CHARLESTON, W.Va. — DuPont agreed to a settlement Thursday that could be worth more than $340 million to resolve a class action lawsuit alleging the chemical giant contaminated water supplies in West Virginia and Ohio with a key ingredient used in its Teflon products.
A circuit judge must still approve the terms reached between DuPont and lawyers for as many as 60,000 residents who sued over exposure to the chemical C8, also known as ammonium perfluorooctanoate, or PFOA.
The settlement requires DuPont to make cash payments and expenditures of $85 million, as well as pay attorneys’ fees and expenses of $22.6 million. The agreement, which does not include any admission of liability by DuPont, also calls for chemical company to fund a $5 million study into whether C8 causes disease in humans.

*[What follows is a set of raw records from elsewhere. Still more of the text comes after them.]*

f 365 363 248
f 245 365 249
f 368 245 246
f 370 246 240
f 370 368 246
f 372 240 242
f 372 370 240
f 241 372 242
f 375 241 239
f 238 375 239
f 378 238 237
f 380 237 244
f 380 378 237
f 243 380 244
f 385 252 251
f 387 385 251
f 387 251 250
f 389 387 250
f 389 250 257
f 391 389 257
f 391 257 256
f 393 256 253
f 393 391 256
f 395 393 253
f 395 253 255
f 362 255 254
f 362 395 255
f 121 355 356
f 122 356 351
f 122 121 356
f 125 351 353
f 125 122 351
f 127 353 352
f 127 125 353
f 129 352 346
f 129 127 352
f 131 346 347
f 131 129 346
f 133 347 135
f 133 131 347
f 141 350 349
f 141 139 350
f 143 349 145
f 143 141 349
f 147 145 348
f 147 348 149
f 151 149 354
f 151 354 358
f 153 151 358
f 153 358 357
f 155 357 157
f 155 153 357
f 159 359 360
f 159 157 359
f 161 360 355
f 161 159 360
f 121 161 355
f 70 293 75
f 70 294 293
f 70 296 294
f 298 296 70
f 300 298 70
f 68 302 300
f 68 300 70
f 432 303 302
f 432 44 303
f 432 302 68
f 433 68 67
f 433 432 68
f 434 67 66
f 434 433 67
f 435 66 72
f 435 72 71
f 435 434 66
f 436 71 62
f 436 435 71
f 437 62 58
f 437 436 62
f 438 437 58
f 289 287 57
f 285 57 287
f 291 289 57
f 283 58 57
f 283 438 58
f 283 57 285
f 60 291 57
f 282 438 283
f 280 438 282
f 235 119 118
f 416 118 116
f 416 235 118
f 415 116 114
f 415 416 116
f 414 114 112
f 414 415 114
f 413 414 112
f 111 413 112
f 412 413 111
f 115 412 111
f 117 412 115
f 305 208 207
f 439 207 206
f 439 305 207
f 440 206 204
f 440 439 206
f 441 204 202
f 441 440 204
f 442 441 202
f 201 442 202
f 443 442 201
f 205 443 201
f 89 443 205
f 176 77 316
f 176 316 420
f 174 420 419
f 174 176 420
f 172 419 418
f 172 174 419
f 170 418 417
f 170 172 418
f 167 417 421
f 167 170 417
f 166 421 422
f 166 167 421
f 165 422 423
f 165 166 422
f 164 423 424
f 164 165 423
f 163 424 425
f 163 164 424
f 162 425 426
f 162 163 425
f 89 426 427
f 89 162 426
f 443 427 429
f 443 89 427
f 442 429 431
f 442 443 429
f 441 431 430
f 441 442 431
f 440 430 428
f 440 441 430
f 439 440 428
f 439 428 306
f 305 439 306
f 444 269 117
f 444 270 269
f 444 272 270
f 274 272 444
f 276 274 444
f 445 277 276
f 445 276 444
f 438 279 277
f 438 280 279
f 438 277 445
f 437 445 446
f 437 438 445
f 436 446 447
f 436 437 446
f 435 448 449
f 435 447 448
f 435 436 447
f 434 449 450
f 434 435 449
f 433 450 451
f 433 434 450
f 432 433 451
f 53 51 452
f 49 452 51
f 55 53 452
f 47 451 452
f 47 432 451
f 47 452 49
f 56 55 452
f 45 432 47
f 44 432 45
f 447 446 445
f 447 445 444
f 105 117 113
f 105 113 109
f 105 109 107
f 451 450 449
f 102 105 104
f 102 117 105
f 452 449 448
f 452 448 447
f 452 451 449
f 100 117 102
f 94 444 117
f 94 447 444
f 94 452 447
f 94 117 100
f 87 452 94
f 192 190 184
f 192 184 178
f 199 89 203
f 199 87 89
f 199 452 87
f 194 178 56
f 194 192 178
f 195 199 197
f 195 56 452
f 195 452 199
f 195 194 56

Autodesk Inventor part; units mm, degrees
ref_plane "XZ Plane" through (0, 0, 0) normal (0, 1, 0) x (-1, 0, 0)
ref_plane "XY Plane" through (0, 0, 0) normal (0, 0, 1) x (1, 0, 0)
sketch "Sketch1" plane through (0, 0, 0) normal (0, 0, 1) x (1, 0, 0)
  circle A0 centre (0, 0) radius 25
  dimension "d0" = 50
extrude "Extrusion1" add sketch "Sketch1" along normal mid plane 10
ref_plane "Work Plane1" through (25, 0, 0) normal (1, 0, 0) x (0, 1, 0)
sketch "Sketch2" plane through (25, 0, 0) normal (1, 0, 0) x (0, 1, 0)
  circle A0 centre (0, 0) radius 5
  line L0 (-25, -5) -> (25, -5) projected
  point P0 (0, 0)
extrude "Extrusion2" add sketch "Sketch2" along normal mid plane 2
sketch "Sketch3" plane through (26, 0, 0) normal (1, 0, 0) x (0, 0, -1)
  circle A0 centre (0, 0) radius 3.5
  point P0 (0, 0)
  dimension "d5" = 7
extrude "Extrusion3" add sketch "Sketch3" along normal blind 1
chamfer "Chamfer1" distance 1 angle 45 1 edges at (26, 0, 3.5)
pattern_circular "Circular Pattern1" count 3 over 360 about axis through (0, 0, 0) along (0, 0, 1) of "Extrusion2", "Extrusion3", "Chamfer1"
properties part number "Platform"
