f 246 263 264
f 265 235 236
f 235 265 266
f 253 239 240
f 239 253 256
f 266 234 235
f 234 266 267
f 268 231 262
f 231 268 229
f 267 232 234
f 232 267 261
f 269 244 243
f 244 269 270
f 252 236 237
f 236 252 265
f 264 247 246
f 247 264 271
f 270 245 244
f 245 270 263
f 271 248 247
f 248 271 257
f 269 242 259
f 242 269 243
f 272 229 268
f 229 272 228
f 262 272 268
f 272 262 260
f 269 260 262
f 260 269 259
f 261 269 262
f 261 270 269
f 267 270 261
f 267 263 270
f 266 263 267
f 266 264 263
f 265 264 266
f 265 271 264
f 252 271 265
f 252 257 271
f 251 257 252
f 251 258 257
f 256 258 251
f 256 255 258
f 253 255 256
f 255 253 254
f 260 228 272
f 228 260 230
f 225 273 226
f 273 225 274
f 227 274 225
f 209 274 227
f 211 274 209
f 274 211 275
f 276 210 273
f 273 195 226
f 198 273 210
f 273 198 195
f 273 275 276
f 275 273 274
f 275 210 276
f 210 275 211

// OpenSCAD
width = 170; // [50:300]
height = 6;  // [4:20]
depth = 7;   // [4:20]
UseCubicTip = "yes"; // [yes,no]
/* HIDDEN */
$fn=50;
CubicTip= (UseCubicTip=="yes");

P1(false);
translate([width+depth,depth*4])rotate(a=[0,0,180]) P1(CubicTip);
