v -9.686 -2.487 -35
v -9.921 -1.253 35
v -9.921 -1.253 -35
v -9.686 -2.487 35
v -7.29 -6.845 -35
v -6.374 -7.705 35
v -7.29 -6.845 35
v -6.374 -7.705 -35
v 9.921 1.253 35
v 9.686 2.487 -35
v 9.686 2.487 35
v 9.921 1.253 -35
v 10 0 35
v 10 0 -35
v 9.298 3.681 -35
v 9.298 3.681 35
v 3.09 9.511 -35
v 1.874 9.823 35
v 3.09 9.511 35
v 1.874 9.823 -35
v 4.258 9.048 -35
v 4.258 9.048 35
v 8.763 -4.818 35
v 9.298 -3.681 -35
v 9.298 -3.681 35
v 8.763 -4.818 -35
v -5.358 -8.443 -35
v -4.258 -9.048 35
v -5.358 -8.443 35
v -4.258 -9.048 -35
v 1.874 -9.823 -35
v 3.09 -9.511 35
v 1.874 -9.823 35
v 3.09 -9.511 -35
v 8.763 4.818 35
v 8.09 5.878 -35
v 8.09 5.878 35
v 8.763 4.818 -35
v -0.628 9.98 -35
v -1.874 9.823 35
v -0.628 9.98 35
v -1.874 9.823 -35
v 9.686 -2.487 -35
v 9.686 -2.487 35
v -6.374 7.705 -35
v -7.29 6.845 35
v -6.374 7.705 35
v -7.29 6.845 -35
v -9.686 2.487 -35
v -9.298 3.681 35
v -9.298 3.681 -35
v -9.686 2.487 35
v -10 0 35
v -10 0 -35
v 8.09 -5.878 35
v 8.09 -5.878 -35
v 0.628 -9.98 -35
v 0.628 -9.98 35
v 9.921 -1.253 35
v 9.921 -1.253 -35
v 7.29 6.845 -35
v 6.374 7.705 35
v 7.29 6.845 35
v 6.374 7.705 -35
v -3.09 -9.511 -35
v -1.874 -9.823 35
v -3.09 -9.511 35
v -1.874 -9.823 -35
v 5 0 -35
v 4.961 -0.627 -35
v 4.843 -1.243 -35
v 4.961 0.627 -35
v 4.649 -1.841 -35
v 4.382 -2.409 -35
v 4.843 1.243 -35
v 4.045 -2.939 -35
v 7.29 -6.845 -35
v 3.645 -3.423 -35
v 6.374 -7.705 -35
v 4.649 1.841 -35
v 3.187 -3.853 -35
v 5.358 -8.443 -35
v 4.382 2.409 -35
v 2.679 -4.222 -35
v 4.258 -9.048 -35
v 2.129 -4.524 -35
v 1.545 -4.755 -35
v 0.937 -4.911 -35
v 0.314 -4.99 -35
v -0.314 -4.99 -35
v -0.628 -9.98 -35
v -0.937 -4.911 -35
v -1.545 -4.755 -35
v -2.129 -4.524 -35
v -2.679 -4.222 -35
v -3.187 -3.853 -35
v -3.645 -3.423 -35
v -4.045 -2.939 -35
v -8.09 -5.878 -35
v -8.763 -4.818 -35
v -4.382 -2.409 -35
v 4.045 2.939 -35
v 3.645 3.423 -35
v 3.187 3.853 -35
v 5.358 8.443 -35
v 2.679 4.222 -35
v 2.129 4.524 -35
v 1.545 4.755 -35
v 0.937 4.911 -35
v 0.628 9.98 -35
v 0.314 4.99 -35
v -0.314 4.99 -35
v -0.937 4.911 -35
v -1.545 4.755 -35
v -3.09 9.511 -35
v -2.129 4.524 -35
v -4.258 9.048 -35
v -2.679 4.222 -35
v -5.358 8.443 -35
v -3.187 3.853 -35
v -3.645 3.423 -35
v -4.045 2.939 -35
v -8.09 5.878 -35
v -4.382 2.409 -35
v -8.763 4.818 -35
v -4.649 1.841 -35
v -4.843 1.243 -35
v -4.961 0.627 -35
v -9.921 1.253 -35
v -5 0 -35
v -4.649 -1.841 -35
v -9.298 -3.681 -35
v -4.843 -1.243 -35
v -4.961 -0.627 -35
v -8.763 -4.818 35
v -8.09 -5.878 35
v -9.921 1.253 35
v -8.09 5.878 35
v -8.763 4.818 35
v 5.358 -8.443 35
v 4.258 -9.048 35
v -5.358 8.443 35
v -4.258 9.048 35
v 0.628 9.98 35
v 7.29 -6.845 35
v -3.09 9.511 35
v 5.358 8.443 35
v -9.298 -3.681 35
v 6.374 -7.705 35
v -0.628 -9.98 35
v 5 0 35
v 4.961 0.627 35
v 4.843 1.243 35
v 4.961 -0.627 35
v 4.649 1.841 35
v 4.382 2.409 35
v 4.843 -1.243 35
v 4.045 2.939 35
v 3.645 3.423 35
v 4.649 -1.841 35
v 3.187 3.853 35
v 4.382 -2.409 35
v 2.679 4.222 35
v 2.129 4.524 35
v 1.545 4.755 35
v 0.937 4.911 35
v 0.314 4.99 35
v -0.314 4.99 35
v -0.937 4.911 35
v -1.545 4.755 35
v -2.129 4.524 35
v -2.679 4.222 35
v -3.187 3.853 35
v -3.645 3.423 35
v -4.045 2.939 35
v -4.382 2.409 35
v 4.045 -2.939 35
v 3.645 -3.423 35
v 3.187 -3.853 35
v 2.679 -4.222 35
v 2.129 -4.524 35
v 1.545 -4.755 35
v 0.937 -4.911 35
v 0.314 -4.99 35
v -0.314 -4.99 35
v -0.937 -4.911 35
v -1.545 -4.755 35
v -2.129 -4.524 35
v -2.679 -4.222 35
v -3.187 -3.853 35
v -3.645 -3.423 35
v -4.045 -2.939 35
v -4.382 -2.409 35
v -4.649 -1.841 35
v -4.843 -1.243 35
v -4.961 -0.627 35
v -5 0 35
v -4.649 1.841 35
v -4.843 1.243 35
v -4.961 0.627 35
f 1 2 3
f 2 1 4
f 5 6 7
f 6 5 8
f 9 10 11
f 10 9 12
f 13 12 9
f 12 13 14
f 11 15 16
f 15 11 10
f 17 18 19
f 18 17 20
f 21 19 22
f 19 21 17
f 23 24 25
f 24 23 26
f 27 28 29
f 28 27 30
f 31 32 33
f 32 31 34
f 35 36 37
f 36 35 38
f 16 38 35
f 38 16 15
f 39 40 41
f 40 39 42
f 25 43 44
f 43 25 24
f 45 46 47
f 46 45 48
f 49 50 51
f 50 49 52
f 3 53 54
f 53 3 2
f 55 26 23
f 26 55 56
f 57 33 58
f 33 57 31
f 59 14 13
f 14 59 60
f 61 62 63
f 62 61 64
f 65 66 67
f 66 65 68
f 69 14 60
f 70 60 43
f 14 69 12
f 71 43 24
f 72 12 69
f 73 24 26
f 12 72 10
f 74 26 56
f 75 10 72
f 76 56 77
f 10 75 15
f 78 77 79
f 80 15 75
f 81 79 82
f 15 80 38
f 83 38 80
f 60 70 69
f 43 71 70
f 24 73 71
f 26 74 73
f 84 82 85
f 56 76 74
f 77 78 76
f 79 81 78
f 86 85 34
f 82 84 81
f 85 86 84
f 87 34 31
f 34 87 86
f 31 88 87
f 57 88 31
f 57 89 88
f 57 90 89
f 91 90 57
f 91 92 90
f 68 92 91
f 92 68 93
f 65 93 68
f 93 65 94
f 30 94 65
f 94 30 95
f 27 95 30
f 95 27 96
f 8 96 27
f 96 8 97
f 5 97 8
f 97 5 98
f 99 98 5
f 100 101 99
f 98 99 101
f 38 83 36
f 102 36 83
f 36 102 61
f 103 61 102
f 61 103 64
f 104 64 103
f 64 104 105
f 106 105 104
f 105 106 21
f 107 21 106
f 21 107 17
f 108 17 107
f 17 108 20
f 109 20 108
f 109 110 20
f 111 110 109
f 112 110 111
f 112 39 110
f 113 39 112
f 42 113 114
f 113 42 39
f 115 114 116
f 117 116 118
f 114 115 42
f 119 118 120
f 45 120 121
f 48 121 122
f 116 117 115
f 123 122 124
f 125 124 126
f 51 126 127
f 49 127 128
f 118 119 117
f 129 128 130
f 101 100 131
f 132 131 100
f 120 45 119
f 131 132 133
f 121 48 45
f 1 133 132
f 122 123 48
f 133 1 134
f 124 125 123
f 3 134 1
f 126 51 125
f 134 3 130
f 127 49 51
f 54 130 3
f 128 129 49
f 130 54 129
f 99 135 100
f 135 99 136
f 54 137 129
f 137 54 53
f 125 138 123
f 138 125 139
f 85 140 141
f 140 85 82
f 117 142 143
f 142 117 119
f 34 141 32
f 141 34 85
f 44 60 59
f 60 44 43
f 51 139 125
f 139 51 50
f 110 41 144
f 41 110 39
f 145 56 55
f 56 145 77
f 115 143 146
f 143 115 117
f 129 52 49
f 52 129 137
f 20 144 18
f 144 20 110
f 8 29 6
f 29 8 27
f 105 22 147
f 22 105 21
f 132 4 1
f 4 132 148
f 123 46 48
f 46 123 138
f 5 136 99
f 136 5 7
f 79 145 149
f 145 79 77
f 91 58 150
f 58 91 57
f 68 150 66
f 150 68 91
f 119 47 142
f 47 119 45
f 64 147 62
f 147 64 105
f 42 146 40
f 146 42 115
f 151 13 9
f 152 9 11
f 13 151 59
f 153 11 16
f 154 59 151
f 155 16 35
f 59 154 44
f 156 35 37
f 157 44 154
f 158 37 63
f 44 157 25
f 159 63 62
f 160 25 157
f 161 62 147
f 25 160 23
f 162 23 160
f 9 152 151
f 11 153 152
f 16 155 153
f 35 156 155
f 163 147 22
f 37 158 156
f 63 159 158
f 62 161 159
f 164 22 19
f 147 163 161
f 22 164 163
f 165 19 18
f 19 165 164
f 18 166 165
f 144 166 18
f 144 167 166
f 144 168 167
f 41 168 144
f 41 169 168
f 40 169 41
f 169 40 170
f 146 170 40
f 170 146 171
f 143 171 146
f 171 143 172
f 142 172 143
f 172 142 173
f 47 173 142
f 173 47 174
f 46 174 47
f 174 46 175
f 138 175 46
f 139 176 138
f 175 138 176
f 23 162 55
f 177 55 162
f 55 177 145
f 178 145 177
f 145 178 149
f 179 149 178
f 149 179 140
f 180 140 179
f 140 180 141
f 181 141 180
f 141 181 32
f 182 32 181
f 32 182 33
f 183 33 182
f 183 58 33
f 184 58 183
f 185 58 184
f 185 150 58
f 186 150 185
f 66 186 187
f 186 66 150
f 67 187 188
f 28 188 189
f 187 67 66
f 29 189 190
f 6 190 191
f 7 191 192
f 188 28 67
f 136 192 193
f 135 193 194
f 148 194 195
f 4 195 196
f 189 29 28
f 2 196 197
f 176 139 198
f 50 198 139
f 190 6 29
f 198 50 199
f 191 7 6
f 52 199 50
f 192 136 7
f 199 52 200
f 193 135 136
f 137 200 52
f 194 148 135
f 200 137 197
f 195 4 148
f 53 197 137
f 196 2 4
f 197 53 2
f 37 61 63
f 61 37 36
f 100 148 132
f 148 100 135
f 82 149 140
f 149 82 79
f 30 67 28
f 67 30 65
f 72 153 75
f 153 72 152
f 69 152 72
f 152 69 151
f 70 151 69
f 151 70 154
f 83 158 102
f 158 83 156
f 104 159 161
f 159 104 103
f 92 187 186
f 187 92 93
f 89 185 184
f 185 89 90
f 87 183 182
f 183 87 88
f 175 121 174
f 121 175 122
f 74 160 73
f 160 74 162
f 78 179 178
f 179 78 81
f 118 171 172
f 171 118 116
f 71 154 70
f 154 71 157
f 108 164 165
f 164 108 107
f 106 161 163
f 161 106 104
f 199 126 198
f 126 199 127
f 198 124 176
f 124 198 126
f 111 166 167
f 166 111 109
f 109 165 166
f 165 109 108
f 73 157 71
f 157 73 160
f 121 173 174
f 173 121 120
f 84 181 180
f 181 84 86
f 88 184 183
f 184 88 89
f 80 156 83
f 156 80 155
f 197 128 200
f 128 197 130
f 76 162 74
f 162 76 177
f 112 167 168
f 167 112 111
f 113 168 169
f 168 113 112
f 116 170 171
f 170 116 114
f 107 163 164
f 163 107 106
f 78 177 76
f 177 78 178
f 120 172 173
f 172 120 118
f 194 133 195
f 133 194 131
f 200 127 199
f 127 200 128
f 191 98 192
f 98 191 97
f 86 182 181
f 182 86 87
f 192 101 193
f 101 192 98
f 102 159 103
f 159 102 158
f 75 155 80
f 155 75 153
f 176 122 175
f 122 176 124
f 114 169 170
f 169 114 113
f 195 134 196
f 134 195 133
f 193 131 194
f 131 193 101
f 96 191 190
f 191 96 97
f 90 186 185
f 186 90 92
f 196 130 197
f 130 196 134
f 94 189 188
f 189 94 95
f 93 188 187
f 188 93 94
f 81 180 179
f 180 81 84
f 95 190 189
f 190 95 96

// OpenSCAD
$fn = 50;


difference() {
	union() {
		translate(v = [0, 0, -35.0000000000]) {
			cylinder(h = 70, r = 10.0000000000);
		}
	}
	union() {
		translate(v = [0, 0, -100.0000000000]) {
			cylinder(h = 200, r = 5.0000000000);
		}
	}
}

If a scientific panel finds such a link, DuPont would pay up to $235 million — the bulk of the potential settlement — on medical monitoring testing of residents.
“We want to make very clear that settling this lawsuit in no way implies any admission of liability on DuPont’s part,” said Stacey Mobley, DuPont general counsel. “Nevertheless, a settlement at this time provides benefit to both parties by taking reasonable steps based on science and, at the same time, contributing to the community.”
Harry Detzler, one of the lawyers for the residents, agreed.
“We strongly believe that this settlement is in the best interests of the class,” he said. “Had it been litigated, we wouldn’t be at this point for another two years.”
The proposed settlement follows a July report by the U.S. Environmental Protection Agency alleging DuPont of failing to properly report the discovery of C8, in drinking water near the company’s Washington Works facility near Parkersburg, which is near the Ohio border. DuPont is challenging those findings.
In afternoon trading Thursday, DuPont shares were up 15 cents at $42.91 on the New York Stock Exchange.